§ Activity: Among the entries that follow, the required portion opens with the line containing "f 189 182 138" and closes with the line containing "f 152 198 197". Give that portion again exactly, and nothing else.

:: Records to process ::

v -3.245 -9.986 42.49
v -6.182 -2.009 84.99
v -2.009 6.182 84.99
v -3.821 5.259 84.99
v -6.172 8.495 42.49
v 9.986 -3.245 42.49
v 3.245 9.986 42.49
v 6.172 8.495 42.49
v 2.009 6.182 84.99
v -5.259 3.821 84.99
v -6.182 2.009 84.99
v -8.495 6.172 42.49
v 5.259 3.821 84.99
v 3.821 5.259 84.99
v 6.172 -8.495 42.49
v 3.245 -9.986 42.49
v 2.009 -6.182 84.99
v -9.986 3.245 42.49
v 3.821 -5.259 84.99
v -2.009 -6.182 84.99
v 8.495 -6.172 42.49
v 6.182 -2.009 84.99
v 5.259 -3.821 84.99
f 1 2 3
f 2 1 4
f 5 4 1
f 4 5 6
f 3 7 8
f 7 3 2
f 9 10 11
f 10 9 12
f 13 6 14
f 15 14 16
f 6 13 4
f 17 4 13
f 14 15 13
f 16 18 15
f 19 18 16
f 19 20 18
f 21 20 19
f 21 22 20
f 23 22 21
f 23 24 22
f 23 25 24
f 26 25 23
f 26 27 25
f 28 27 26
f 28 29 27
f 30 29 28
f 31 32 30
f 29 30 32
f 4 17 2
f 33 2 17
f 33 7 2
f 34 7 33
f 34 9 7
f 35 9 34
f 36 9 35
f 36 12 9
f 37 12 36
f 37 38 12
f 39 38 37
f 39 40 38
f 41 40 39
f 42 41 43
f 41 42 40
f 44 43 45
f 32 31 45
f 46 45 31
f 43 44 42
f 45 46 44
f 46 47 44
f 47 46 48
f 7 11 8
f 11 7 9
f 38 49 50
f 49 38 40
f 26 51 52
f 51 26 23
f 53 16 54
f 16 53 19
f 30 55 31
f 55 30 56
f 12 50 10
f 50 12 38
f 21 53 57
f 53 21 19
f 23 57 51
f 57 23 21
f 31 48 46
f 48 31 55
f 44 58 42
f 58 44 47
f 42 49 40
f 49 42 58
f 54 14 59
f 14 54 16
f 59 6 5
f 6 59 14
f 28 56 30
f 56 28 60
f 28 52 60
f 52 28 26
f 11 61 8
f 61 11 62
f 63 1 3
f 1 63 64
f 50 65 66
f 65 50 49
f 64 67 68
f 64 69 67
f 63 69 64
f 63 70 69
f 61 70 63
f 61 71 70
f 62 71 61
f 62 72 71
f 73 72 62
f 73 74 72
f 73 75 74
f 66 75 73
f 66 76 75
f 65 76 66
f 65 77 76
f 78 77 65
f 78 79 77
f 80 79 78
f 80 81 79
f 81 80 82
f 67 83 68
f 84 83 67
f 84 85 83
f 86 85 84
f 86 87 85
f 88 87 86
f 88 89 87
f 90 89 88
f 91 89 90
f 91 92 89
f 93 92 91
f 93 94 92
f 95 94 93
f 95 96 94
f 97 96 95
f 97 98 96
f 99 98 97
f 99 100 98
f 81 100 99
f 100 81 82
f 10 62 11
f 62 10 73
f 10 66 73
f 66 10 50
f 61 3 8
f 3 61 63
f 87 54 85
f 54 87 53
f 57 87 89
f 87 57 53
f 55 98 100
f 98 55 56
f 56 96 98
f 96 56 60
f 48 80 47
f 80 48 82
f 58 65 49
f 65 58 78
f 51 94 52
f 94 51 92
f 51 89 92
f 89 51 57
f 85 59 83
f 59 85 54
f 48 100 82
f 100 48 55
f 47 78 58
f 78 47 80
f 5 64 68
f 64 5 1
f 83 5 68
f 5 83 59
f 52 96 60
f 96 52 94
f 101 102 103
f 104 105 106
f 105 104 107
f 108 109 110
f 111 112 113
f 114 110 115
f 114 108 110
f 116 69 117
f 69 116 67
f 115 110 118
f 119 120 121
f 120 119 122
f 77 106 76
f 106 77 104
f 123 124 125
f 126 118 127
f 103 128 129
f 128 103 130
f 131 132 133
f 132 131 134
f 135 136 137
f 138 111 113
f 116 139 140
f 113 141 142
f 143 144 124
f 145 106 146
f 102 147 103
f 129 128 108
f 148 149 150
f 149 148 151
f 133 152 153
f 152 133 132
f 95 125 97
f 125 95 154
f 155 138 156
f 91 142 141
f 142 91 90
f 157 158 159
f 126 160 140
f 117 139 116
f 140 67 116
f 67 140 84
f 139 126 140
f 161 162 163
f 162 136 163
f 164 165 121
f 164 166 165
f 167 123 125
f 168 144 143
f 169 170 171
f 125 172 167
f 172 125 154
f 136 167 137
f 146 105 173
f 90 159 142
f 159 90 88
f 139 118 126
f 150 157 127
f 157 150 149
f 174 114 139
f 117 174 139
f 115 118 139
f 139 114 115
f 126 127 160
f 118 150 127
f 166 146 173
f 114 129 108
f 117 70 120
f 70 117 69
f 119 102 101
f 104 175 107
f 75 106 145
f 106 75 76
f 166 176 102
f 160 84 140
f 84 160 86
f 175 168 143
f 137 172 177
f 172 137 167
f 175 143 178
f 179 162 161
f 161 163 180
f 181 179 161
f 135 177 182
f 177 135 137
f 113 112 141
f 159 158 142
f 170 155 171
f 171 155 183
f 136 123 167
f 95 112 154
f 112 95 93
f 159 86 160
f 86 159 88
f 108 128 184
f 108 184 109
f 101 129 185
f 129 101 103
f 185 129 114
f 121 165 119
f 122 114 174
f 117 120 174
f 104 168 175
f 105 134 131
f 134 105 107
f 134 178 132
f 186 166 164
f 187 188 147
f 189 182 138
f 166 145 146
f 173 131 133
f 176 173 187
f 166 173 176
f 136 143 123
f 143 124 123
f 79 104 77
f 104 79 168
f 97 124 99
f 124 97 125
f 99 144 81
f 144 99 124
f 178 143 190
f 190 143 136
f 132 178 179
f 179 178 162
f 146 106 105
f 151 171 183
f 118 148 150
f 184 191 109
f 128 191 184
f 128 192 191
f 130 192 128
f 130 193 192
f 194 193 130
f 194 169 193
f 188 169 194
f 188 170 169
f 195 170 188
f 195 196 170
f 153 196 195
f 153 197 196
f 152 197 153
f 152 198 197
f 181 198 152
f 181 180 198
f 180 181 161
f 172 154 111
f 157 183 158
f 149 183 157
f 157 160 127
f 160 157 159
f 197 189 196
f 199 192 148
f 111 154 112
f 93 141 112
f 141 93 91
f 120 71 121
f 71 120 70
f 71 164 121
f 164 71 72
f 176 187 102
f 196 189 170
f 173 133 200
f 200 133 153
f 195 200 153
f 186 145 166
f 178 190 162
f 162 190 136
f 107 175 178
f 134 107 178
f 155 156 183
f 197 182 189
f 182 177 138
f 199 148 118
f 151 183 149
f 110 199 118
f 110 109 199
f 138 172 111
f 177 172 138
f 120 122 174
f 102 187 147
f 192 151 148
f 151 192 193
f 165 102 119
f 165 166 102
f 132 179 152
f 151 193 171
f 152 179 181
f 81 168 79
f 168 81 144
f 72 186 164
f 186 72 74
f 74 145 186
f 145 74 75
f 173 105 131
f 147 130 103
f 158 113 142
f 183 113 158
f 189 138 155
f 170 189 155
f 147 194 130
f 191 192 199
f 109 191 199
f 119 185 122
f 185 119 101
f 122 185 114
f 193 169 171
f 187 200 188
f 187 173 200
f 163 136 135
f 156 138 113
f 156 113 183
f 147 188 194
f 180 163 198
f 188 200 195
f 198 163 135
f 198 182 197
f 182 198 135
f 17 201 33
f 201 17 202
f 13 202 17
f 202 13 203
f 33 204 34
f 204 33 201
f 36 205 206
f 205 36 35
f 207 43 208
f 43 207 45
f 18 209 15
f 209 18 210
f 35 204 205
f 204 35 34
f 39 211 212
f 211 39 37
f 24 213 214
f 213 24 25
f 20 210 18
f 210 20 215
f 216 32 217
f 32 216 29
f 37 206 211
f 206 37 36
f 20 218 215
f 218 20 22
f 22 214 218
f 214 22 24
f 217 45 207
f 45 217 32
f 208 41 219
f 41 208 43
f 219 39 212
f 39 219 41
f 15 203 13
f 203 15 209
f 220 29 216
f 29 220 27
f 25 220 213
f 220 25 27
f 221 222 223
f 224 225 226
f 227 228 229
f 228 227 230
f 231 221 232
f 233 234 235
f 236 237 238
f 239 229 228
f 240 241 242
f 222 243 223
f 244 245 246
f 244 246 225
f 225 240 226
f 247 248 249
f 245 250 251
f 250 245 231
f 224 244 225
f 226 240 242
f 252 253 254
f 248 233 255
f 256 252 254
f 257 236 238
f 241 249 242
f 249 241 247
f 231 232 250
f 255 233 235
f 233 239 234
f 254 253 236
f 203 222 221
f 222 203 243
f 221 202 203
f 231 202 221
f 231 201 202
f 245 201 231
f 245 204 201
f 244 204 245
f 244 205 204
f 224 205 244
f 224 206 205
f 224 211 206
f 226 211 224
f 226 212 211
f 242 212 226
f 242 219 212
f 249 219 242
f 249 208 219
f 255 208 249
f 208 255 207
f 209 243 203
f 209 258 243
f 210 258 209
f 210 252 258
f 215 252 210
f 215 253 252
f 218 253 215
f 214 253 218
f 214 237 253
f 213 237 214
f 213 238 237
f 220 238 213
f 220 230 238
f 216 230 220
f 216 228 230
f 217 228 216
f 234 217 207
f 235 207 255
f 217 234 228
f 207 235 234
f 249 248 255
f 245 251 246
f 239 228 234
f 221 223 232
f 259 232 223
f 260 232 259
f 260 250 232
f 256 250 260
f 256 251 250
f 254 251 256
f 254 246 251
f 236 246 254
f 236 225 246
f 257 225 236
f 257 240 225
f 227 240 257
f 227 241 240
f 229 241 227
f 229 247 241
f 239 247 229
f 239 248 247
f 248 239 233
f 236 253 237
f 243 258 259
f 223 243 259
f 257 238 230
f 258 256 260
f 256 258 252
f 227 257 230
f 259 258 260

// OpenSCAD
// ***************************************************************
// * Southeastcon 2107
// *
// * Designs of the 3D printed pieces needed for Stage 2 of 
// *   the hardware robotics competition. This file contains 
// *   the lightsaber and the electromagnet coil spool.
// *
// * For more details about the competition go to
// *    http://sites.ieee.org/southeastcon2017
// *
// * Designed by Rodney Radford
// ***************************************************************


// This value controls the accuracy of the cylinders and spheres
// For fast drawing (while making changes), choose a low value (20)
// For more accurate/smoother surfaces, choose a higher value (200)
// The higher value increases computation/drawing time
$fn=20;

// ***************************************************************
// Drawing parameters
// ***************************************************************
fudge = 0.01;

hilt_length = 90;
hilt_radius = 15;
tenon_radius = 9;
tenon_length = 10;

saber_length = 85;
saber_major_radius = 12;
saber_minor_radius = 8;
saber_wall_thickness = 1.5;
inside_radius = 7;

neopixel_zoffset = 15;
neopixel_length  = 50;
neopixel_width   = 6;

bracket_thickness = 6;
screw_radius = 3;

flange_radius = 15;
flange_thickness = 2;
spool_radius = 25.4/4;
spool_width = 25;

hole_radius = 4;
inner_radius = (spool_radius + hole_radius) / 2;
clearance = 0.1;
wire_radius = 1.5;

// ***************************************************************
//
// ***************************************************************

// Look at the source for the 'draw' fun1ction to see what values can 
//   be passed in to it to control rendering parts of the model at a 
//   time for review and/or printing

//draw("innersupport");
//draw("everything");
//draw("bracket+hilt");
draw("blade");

:::

§ Exercise result:
f 189 182 138
f 166 145 146
f 173 131 133
f 176 173 187
f 166 173 176
f 136 143 123
f 143 124 123
f 79 104 77
f 104 79 168
f 97 124 99
f 124 97 125
f 99 144 81
f 144 99 124
f 178 143 190
f 190 143 136
f 132 178 179
f 179 178 162
f 146 106 105
f 151 171 183
f 118 148 150
f 184 191 109
f 128 191 184
f 128 192 191
f 130 192 128
f 130 193 192
f 194 193 130
f 194 169 193
f 188 169 194
f 188 170 169
f 195 170 188
f 195 196 170
f 153 196 195
f 153 197 196
f 152 197 153
f 152 198 197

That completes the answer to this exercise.